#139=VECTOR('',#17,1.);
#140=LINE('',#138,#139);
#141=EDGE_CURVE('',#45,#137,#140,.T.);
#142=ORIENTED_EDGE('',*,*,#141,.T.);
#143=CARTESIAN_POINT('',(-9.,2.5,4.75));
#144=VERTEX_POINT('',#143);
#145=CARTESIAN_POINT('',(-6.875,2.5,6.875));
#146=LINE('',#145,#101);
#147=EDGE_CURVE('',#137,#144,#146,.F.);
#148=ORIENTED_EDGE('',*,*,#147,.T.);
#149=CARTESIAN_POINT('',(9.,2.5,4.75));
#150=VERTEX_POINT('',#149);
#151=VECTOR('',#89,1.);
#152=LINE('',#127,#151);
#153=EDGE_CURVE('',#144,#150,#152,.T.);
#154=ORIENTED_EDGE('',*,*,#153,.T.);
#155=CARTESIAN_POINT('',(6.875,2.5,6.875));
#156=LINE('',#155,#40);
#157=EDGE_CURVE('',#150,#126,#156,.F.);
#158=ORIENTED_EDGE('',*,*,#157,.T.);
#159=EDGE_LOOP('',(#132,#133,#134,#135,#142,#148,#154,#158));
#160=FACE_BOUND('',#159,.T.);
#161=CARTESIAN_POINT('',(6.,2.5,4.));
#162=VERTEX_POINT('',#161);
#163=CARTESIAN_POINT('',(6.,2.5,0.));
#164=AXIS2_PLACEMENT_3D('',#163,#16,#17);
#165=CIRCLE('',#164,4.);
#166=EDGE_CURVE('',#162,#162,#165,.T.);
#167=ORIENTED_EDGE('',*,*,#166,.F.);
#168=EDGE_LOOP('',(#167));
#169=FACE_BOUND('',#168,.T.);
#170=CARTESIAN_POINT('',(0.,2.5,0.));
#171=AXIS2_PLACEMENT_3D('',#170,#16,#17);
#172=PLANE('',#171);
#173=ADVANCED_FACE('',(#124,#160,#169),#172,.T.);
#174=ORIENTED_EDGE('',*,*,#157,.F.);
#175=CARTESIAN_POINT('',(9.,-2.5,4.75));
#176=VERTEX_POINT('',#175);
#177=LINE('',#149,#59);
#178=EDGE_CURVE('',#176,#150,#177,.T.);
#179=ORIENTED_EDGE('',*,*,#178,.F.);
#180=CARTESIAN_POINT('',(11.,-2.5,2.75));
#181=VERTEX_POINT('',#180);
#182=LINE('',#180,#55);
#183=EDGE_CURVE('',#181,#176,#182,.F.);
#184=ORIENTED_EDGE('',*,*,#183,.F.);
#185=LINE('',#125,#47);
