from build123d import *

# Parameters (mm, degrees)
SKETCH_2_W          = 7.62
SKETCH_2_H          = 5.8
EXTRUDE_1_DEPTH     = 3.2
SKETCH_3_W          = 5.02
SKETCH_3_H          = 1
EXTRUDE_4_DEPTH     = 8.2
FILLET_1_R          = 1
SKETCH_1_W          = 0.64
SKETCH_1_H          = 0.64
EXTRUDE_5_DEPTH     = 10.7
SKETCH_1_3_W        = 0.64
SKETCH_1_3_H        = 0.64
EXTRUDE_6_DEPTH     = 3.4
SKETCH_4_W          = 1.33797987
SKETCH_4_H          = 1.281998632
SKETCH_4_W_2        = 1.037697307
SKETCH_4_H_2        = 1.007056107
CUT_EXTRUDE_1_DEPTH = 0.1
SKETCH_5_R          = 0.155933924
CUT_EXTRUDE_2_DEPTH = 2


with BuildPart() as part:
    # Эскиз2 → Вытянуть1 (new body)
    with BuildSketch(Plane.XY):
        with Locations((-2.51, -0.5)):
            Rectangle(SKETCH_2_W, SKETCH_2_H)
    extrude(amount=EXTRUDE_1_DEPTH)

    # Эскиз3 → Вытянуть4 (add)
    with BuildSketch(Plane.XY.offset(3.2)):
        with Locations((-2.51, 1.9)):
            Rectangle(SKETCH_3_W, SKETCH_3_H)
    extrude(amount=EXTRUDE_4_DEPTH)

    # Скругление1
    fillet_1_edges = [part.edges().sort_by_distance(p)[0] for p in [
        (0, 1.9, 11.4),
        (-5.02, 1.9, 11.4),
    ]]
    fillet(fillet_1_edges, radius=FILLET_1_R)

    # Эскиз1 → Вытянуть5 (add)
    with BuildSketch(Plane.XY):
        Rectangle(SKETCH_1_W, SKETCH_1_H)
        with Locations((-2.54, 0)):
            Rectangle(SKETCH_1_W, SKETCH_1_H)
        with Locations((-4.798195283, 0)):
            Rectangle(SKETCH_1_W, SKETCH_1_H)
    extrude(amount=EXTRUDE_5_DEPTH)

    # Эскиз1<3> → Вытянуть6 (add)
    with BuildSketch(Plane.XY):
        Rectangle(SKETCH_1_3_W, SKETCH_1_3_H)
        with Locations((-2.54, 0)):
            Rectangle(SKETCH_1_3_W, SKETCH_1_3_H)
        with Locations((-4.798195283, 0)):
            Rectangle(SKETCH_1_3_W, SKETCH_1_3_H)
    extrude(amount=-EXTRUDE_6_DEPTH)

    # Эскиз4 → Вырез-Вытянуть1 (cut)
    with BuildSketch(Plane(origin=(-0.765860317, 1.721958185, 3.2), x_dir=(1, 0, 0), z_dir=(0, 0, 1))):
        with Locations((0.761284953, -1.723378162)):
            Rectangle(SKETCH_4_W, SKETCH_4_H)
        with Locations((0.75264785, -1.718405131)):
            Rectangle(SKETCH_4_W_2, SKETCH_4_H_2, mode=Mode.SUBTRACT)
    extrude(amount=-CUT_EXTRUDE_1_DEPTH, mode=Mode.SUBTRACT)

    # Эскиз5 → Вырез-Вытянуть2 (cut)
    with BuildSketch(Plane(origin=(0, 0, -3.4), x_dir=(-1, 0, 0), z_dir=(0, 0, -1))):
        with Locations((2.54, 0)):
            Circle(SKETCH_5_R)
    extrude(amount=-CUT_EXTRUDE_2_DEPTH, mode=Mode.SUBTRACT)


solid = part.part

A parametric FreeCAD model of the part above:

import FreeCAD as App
import Part
import Sketcher
from FreeCAD import Vector
Q = App.Units.Quantity


def edges_at(feature, points):
    """Names of the edges that pass closest to the given points."""
    edges = feature.Shape.Edges
    near = lambda p: min(range(len(edges)), key=lambda i: edges[i].distToShape(Part.Vertex(*p))[0])
    return sorted({f"Edge{near(p) + 1}" for p in points})


def add_polygon(sketch, points):
    """Adds a closed chain of lines whose ends are joined by coincident constraints."""
    first, n = sketch.GeometryCount, len(points)
    for a, b in zip(points, points[1:] + points[:1]):
        sketch.addGeometry(Part.LineSegment(App.Vector(*a, 0), App.Vector(*b, 0)), False)
    for i in range(n):
        sketch.addConstraint(Sketcher.Constraint("Coincident", first + i, 2, first + (i + 1) % n, 1))

doc = App.newDocument("Part")
params = doc.addObject("Spreadsheet::Sheet", "Params")
for row, (alias, value) in enumerate([
    ("sketch1_height", "5.8 mm"),
    ("sketch1_width", "7.62 mm"),
    ("pad1_length", "3.2 mm"),
    ("sketch2_height", "1 mm"),
    ("sketch2_width", "5.02 mm"),
    ("pad2_length", "8.2 mm"),
    ("fillet_radius", "1 mm"),
    ("sketch3_width", "0.64 mm"),
    ("pad3_length", "10.7 mm"),
    ("sketch4_width", "0.64 mm"),
    ("pad4_length", "3.4 mm"),
    ("pocket1_length", "0.1 mm"),
    ("pocket2_length", "2 mm"),
], start=1):
    params.set(f"A{row}", alias)
    params.set(f"B{row}", "=" + value)
    params.setAlias(f"B{row}", alias)

body = doc.addObject("PartDesign::Body", "Body")

sketch1 = body.newObject("Sketcher::SketchObject", "Sketch")
sketch1.AttachmentSupport = (doc.getObject("XY_Plane"), [""])
sketch1.MapMode = "FlatFace"
add_polygon(sketch1, [(-6, 2), (-6, -3), (1, -3), (1, 2)])
sketch1.addConstraint([
    Sketcher.Constraint("Vertical", 0),
    Sketcher.Constraint("Horizontal", 1),
    Sketcher.Constraint("Vertical", 2),
    Sketcher.Constraint("Horizontal", 3),
    Sketcher.Constraint("DistanceY", 0, 2, 0, 1, Q("5.8 mm")),
    Sketcher.Constraint("DistanceX", 1, 1, 1, 2, Q("7.62 mm")),
    Sketcher.Constraint("DistanceY", 0, 2, -1, 1, Q("3.4 mm")),
    Sketcher.Constraint("DistanceX", -1, 1, 1, 2, Q("1.3 mm")),
])
sketch1.setExpression("Constraints[8]", "Params.sketch1_height")
sketch1.setExpression("Constraints[9]", "Params.sketch1_width")
pad1 = body.newObject("PartDesign::Pad", "Pad")
pad1.Profile = sketch1
pad1.setExpression("Length", "Params.pad1_length")

sketch2 = body.newObject("Sketcher::SketchObject", "Sketch001")
sketch2.AttachmentSupport = (doc.getObject("XY_Plane"), [""])
sketch2.MapMode = "FlatFace"
sketch2.AttachmentOffset = App.Placement(Vector(0, 0, 3.2), App.Rotation())
add_polygon(sketch2, [(-5, 2.4), (-5, 1.4), (0, 1.4), (0, 2.4)])
sketch2.addConstraint([
    Sketcher.Constraint("Vertical", 0),
    Sketcher.Constraint("Horizontal", 1),
    Sketcher.Constraint("Vertical", 2),
    Sketcher.Constraint("Horizontal", 3),
    Sketcher.Constraint("PointOnObject", 1, 2, -2),
    Sketcher.Constraint("DistanceY", 0, 2, 0, 1, Q("1 mm")),
    Sketcher.Constraint("DistanceX", 1, 1, 1, 2, Q("5.02 mm")),
    Sketcher.Constraint("DistanceY", -1, 1, 0, 2, Q("1.4 mm")),
])
sketch2.setExpression("Constraints[9]", "Params.sketch2_height")
sketch2.setExpression("Constraints[10]", "Params.sketch2_width")
pad2 = body.newObject("PartDesign::Pad", "Pad001")
pad2.Profile = sketch2
pad2.setExpression("Length", "Params.pad2_length")
doc.recompute()

fillet = body.newObject("PartDesign::Fillet", "Fillet")
fillet.Base = (pad2, edges_at(pad2, [(0, 1.9, 11.4), (-5.02, 1.9, 11.4)]))
fillet.setExpression("Radius", "Params.fillet_radius")

sketch3 = body.newObject("Sketcher::SketchObject", "Sketch002")
sketch3.AttachmentSupport = (doc.getObject("XY_Plane"), [""])
sketch3.MapMode = "FlatFace"
add_polygon(sketch3, [(-0.3, 0.3), (-0.3, -0.3), (0.3, -0.3), (0.3, 0.3)])
add_polygon(sketch3, [(-2.9, 0.3), (-2.9, -0.3), (-2.2, -0.3), (-2.2, 0.3)])
add_polygon(sketch3, [(-5.1, 0.3), (-5.1, -0.3), (-4.5, -0.3), (-4.5, 0.3)])
sketch3.addConstraint([
    Sketcher.Constraint("Vertical", 0),
    Sketcher.Constraint("Horizontal", 1),
    Sketcher.Constraint("Vertical", 2),
    Sketcher.Constraint("Horizontal", 3),
    Sketcher.Constraint("Vertical", 4),
    Sketcher.Constraint("Horizontal", 5),
    Sketcher.Constraint("Vertical", 6),
    Sketcher.Constraint("Horizontal", 7),
    Sketcher.Constraint("Vertical", 8),
    Sketcher.Constraint("Horizontal", 9),
    Sketcher.Constraint("Vertical", 10),
    Sketcher.Constraint("Horizontal", 11),
    Sketcher.Constraint("Symmetric", 0, 2, 2, 2, -1, 1),
    Sketcher.Constraint("Horizontal", 1, 2, 4, 2),
    Sketcher.Constraint("Horizontal", 3, 2, 6, 2),
    Sketcher.Constraint("Horizontal", 5, 2, 8, 2),
    Sketcher.Constraint("Horizontal", 7, 2, 10, 2),
    Sketcher.Constraint("Equal", 3, 5),
    Sketcher.Constraint("Equal", 7, 9),
    Sketcher.Constraint("Equal", 11, 0),
    Sketcher.Constraint("DistanceX", 1, 1, 1, 2, Q("0.64 mm")),
    Sketcher.Constraint("DistanceX", 5, 2, 0, 2, Q("1.9 mm")),
    Sketcher.Constraint("DistanceX", 8, 2, -1, 1, Q("5.118195 mm")),
])
sketch3.setExpression("Constraints[32]", "Params.sketch3_width")
pad3 = body.newObject("PartDesign::Pad", "Pad002")
pad3.Profile = sketch3
pad3.setExpression("Length", "Params.pad3_length")

sketch4 = body.newObject("Sketcher::SketchObject", "Sketch003")
sketch4.AttachmentSupport = (doc.getObject("XY_Plane"), [""])
sketch4.MapMode = "FlatFace"
add_polygon(sketch4, [(-0.3, 0.3), (-0.3, -0.3), (0.3, -0.3), (0.3, 0.3)])
add_polygon(sketch4, [(-2.9, 0.3), (-2.9, -0.3), (-2.2, -0.3), (-2.2, 0.3)])
add_polygon(sketch4, [(-5.1, 0.3), (-5.1, -0.3), (-4.5, -0.3), (-4.5, 0.3)])
sketch4.addConstraint([
    Sketcher.Constraint("Vertical", 0),
    Sketcher.Constraint("Horizontal", 1),
    Sketcher.Constraint("Vertical", 2),
    Sketcher.Constraint("Horizontal", 3),
    Sketcher.Constraint("Vertical", 4),
    Sketcher.Constraint("Horizontal", 5),
    Sketcher.Constraint("Vertical", 6),
    Sketcher.Constraint("Horizontal", 7),
    Sketcher.Constraint("Vertical", 8),
    Sketcher.Constraint("Horizontal", 9),
    Sketcher.Constraint("Vertical", 10),
    Sketcher.Constraint("Horizontal", 11),
    Sketcher.Constraint("Symmetric", 0, 2, 2, 2, -1, 1),
    Sketcher.Constraint("Horizontal", 1, 2, 4, 2),
    Sketcher.Constraint("Horizontal", 3, 2, 6, 2),
    Sketcher.Constraint("Horizontal", 5, 2, 8, 2),
    Sketcher.Constraint("Horizontal", 7, 2, 10, 2),
    Sketcher.Constraint("Equal", 3, 5),
    Sketcher.Constraint("Equal", 7, 9),
    Sketcher.Constraint("Equal", 11, 0),
    Sketcher.Constraint("DistanceX", 1, 1, 1, 2, Q("0.64 mm")),
    Sketcher.Constraint("DistanceX", 5, 2, 0, 2, Q("1.9 mm")),
    Sketcher.Constraint("DistanceX", 8, 2, -1, 1, Q("5.118195 mm")),
])
sketch4.setExpression("Constraints[32]", "Params.sketch4_width")
pad4 = body.newObject("PartDesign::Pad", "Pad003")
pad4.Profile = sketch4
pad4.setExpression("Length", "Params.pad4_length")
pad4.Reversed = True

sketch5 = body.newObject("Sketcher::SketchObject", "Sketch004")
sketch5.AttachmentSupport = (doc.getObject("XY_Plane"), [""])
sketch5.MapMode = "FlatFace"
sketch5.AttachmentOffset = App.Placement(Vector(0, 0, 3.2), App.Rotation())
add_polygon(sketch5, [(-0.7, 0.6), (-0.7, -0.6), (0.7, -0.6), (0.7, 0.6)])
add_polygon(sketch5, [(0.5, -0.5), (-0.5, -0.5), (-0.5, 0.5), (0.5, 0.5)])
sketch5.addConstraint([
    Sketcher.Constraint("Vertical", 0),
    Sketcher.Constraint("Horizontal", 1),
    Sketcher.Constraint("Vertical", 2),
    Sketcher.Constraint("Horizontal", 3),
    Sketcher.Constraint("Horizontal", 4),
    Sketcher.Constraint("Vertical", 5),
    Sketcher.Constraint("Horizontal", 6),
    Sketcher.Constraint("Vertical", 7),
    Sketcher.Constraint("DistanceY", 0, 2, 0, 1, Q("1.281999 mm")),
    Sketcher.Constraint("DistanceX", 1, 1, 1, 2, Q("1.33798 mm")),
    Sketcher.Constraint("DistanceY", 5, 2, 3, 2, Q("0.132498 mm")),
    Sketcher.Constraint("DistanceX", 3, 2, 6, 2, Q("1.179201 mm")),
    Sketcher.Constraint("DistanceX", 4, 2, 4, 1, Q("1.037697 mm")),
    Sketcher.Constraint("DistanceY", 5, 1, 5, 2, Q("1.007056 mm")),
    Sketcher.Constraint("DistanceY", 0, 2, -1, 1, Q("0.642419 mm")),
    Sketcher.Constraint("DistanceX", 4, 2, -1, 1, Q("0.532061 mm")),
])
pocket1 = body.newObject("PartDesign::Pocket", "Pocket")
pocket1.Profile = sketch5
pocket1.setExpression("Length", "Params.pocket1_length")

sketch6 = body.newObject("Sketcher::SketchObject", "Sketch005")
sketch6.AttachmentSupport = (doc.getObject("XY_Plane"), [""])
sketch6.MapMode = "FlatFace"
sketch6.AttachmentOffset = App.Placement(Vector(0, 0, -3.4), App.Rotation())
sketch6.addGeometry(Part.Circle(Vector(-2.54, 0, 0), Vector(0, 0, 1), 0.16), False)
sketch6.addConstraint([
    Sketcher.Constraint("PointOnObject", 0, 3, -1),
    Sketcher.Constraint("DistanceX", 0, 3, -1, 1, Q("2.54 mm")),
    Sketcher.Constraint("Diameter", 0, Q("0.311868 mm")),
])
pocket2 = body.newObject("PartDesign::Pocket", "Pocket001")
pocket2.Profile = sketch6
pocket2.setExpression("Length", "Params.pocket2_length")
pocket2.Reversed = True

doc.recompute()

--------------------------------------------------

| How to complete this task |
Between the first line of the entries above and the line with "#146=LINE('',#145,#101);", both included, copy every line exactly and nothing outside that range.

| Exercise solution |
#139=VECTOR('',#17,1.);
#140=LINE('',#138,#139);
#141=EDGE_CURVE('',#45,#137,#140,.T.);
#142=ORIENTED_EDGE('',*,*,#141,.T.);
#143=CARTESIAN_POINT('',(-9.,2.5,4.75));
#144=VERTEX_POINT('',#143);
#145=CARTESIAN_POINT('',(-6.875,2.5,6.875));
#146=LINE('',#145,#101);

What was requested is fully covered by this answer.